Hi Folks, I was just wondering if everybody would do my scouting for me? I put in for a tag that I probably shouldn't have because I didn't want to designate any time for scouting or learning the road systems. If some personal issues would have come up- then yes I understand I should have gave my tag back. So any info would be great, I love something for nothing.


----------



## RoosterKiller (May 27, 2011)

bigshooter said:


> Hi Folks, I was just wondering if everybody would do my scouting for me? I put in for a tag that I probably shouldn't have because I didn't want to designate any time for scouting or learning the road systems. If some personal issues would have come up- then yes I understand I should have gave my tag back. So any info would be great, I love something for nothing.


Sure thing. Give me the area you are interested in and I'll give you the low down on it.
Good Luck!


----------



## Critter (Mar 20, 2010)

Notabadguy:

Read the post above yours.


----------



## Notabadguy (Oct 3, 2012)

Critter said:


> Notabadguy:
> 
> Read the post above yours.


Got that, and good information. I'm not looking for an area to hunt we have that from our scouting trips, and friends that have hunted it before. We know where to camp, where to hunt, and where the deer will be I was just making conversation and trying to get some insight on the area in general, completely different terrain than we have hunted before. Blows my mind to hear so many people say drive the main roads and take your pick of bucks, seems odd when all my experience has been hike into remote areas, glass, then hike some more. Plus we have no desire to shoot a 20-23" buck most units offers that if you hunt hard enough, why wait 12 years to shoot something you can't put on your wall. I imagine you all will agree with that. As for karma's post, to help you out there will be a large 32" buck standing just off moon ridge near the top under a tree, he will be waiting for you to pull the trigger on him. If you don't have time or the resources let us all know so can meet you there, field dress it, haul it down the mountain, cut it up and mount it to your liking.


----------



## Critter (Mar 20, 2010)

If you want a 30+ inch buck on the Books you are going to have to get out their and scout your rear off. The problem with that is that right now the deer are starting their migration off of the top of the Books and when the hunt starts they may be in their wintering grounds or dang near them. As for holes to hike into, the deer don't like them they stay on the ridges or just off of them. If you have never hunted them during the general season you are going to need more than some information on the internet to score on a larger than normal buck. They are there but if you don't know the area just asking where to go for a general area isn't going to get it done.

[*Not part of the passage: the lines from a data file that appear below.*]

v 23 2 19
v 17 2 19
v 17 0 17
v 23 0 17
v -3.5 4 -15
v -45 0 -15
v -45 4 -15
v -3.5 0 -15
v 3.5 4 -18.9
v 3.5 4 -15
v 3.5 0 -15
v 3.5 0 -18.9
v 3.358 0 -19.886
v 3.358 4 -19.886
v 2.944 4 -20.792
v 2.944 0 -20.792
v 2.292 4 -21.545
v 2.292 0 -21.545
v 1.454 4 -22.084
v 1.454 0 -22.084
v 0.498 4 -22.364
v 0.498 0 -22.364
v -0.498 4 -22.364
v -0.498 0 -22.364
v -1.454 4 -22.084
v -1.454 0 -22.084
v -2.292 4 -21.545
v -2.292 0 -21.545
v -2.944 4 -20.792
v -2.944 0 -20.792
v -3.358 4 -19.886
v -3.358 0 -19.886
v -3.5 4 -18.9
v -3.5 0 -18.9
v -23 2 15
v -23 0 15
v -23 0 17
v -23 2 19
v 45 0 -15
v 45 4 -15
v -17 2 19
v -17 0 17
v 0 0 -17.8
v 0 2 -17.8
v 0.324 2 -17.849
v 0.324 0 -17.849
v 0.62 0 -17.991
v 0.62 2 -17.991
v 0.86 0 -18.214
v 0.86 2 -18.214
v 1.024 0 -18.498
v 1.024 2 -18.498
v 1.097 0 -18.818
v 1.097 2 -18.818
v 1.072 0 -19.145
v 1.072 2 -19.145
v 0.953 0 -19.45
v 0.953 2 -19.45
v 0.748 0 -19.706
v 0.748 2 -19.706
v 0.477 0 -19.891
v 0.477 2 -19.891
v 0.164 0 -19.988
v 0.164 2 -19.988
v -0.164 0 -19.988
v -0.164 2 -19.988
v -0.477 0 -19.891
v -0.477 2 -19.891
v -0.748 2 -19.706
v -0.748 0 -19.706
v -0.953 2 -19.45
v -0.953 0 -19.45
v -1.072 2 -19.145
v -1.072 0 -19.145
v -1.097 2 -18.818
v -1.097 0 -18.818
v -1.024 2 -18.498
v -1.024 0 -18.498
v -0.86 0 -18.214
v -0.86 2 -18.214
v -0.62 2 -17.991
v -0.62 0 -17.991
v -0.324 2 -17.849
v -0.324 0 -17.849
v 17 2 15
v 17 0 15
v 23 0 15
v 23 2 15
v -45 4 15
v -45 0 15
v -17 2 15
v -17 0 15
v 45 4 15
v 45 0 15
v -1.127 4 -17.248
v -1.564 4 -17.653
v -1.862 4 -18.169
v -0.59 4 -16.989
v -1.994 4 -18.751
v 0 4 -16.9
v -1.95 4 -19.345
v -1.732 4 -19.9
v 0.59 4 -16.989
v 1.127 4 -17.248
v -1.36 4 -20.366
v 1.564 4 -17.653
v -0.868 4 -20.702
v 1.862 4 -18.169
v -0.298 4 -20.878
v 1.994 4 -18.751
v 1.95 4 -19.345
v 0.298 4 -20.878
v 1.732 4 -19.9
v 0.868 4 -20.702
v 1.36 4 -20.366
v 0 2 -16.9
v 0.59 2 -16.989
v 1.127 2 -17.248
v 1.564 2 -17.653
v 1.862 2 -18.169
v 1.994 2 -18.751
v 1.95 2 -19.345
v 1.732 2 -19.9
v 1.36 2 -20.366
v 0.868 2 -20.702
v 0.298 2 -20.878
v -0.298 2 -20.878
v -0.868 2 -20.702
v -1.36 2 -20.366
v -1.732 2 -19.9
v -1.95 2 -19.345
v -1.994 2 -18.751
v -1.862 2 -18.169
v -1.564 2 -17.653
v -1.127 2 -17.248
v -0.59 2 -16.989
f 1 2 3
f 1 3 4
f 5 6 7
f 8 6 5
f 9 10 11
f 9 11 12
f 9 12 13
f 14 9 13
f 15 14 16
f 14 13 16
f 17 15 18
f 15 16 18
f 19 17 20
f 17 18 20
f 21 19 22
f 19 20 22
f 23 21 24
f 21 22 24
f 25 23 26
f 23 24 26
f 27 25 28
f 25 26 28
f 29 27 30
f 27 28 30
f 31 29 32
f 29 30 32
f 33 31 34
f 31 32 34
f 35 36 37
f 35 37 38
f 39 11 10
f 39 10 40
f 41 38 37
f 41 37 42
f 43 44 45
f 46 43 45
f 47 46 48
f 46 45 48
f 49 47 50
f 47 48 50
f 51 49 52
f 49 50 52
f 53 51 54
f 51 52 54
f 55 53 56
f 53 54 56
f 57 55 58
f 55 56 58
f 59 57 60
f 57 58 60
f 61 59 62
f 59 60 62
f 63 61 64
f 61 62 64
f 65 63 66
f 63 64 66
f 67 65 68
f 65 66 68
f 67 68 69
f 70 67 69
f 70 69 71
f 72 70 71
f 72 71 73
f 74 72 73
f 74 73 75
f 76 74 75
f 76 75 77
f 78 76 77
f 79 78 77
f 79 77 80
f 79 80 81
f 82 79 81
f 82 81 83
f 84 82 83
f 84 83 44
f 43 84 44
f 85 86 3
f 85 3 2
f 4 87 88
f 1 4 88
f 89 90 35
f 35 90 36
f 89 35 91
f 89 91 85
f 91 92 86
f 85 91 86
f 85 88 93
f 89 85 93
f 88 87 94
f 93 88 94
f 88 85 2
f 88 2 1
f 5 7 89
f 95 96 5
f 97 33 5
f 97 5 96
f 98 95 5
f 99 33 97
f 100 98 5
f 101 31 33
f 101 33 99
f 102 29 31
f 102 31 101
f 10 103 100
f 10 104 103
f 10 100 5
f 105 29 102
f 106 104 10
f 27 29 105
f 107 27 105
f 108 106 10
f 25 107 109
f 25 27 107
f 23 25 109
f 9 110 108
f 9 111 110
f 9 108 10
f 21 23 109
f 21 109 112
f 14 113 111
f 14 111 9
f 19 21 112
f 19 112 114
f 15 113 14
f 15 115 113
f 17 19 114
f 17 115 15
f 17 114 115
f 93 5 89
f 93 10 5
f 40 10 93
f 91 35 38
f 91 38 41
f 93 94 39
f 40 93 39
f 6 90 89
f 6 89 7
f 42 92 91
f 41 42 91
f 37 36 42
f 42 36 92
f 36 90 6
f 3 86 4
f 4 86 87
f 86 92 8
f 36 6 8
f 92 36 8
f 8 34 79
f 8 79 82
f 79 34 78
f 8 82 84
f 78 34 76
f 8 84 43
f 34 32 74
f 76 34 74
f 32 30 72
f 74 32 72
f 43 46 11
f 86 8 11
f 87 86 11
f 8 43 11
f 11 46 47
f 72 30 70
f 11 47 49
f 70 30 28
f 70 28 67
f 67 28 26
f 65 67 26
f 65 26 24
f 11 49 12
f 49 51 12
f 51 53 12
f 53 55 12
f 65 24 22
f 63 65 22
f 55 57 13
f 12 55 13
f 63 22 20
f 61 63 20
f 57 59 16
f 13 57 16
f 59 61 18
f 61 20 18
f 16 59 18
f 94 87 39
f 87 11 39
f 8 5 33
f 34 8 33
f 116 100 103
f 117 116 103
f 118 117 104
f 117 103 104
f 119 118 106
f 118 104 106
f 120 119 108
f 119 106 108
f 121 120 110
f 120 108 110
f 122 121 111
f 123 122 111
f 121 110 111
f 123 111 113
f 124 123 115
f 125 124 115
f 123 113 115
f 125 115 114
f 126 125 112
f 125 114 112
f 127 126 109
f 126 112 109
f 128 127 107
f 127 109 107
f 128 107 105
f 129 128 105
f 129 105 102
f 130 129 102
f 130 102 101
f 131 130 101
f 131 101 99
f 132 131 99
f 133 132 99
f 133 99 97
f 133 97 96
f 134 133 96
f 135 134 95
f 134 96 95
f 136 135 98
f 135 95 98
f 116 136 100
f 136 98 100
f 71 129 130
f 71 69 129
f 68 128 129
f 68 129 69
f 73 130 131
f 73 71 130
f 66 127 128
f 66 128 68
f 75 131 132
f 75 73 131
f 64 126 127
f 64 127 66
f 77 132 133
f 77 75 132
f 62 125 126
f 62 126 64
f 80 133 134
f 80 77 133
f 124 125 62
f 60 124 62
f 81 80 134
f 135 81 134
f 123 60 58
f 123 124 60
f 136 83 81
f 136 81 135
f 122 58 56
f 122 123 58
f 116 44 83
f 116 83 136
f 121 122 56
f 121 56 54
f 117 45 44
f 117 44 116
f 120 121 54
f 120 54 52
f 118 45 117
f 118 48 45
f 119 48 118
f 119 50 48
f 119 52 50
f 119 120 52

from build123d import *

# Parameters (mm, degrees)
SKETCH1_R           = 3.5
SKETCH1_W           = 90
SKETCH1_H           = 30
SKETCH1_W_2         = 7
SKETCH1_H_2         = 3.9
BOSS_EXTRUDE1_DEPTH = 4
SKETCH4_W           = 6
SKETCH4_H           = 2
BOSS_EXTRUDE2_DEPTH = 4
CHAMFER1_SIZE       = 2
CUT_EXTRUDE1_REACH  = 52.426
SKETCH5_R           = 1.1
SKETCH6_R           = 2
CUT_EXTRUDE2_DEPTH  = 2


with BuildPart() as part:
    # Sketch1 → Boss-Extrude1 (new body)
    with BuildSketch(Plane(origin=(0, 0, 0), x_dir=(1, 0, 0), z_dir=(0, 1, 0))):
        with Locations((0, 18.9)):
            Circle(SKETCH1_R)
        Rectangle(SKETCH1_W, SKETCH1_H)
        with Locations((0, 16.95)):
            Rectangle(SKETCH1_W_2, SKETCH1_H_2)
    extrude(amount=BOSS_EXTRUDE1_DEPTH)

    # Sketch4 → Boss-Extrude2 (add)
    with BuildSketch(Plane.XY.offset(15)):
        with Locations((-20, 1)):
            Rectangle(SKETCH4_W, SKETCH4_H)
        with Locations((20, 1)):
            Rectangle(SKETCH4_W, SKETCH4_H)
    extrude(amount=BOSS_EXTRUDE2_DEPTH)

    # Chamfer1
    chamfer1_edges = [part.edges().sort_by_distance(p)[0] for p in [
        (20, 0, 19),
        (-20, 0, 19),
    ]]
    chamfer(chamfer1_edges, length=CHAMFER1_SIZE - 0.0001)  # a hair under: the kernel refuses the full size

    # Sketch5 → Cut-Extrude1 (cut, up to next)
    with BuildSketch(Plane(origin=(0, 4, 0), x_dir=(1, 0, 0), z_dir=(0, 1, 0)), mode=Mode.PRIVATE) as cut_extrude1_sk1:
        with Locations(Location((0, 18.9, 0), (0, 0, 270))):
            Circle(SKETCH5_R)
    cut_extrude1_tool1 = extrude(cut_extrude1_sk1.sketch, amount=-CUT_EXTRUDE1_REACH, mode=Mode.PRIVATE) & part.part
    add(cut_extrude1_tool1.solids().sort_by_distance((0, 4, -18.9))[0], mode=Mode.SUBTRACT)

    # Sketch6 → Cut-Extrude2 (cut)
    with BuildSketch(Plane(origin=(0, 4, 0), x_dir=(1, 0, 0), z_dir=(0, 1, 0))):
        with Locations(Location((0, 18.9, 0), (0, 0, 270))):
            Circle(SKETCH6_R)
    extrude(amount=-CUT_EXTRUDE2_DEPTH, mode=Mode.SUBTRACT)


solid = part.part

I've spent years down there and still don't know all there is to know about it to go shoot a 30" buck.


----------



## goofy elk (Dec 16, 2007)

I've heard reports coming in from the muzzy guys it was WAAAAy down
this year . Just finding a half decent 4 x 4 wasn't even accomplished in many camps.


----------



## duckhunter1096 (Sep 25, 2007)

I know of a guy that had an archery tag there this year... 10-12" wide 2-point... 

Antlers are sitting at my buddies taxidermy shop. I about cried down my leg when he said it was a book cliffs buck...


----------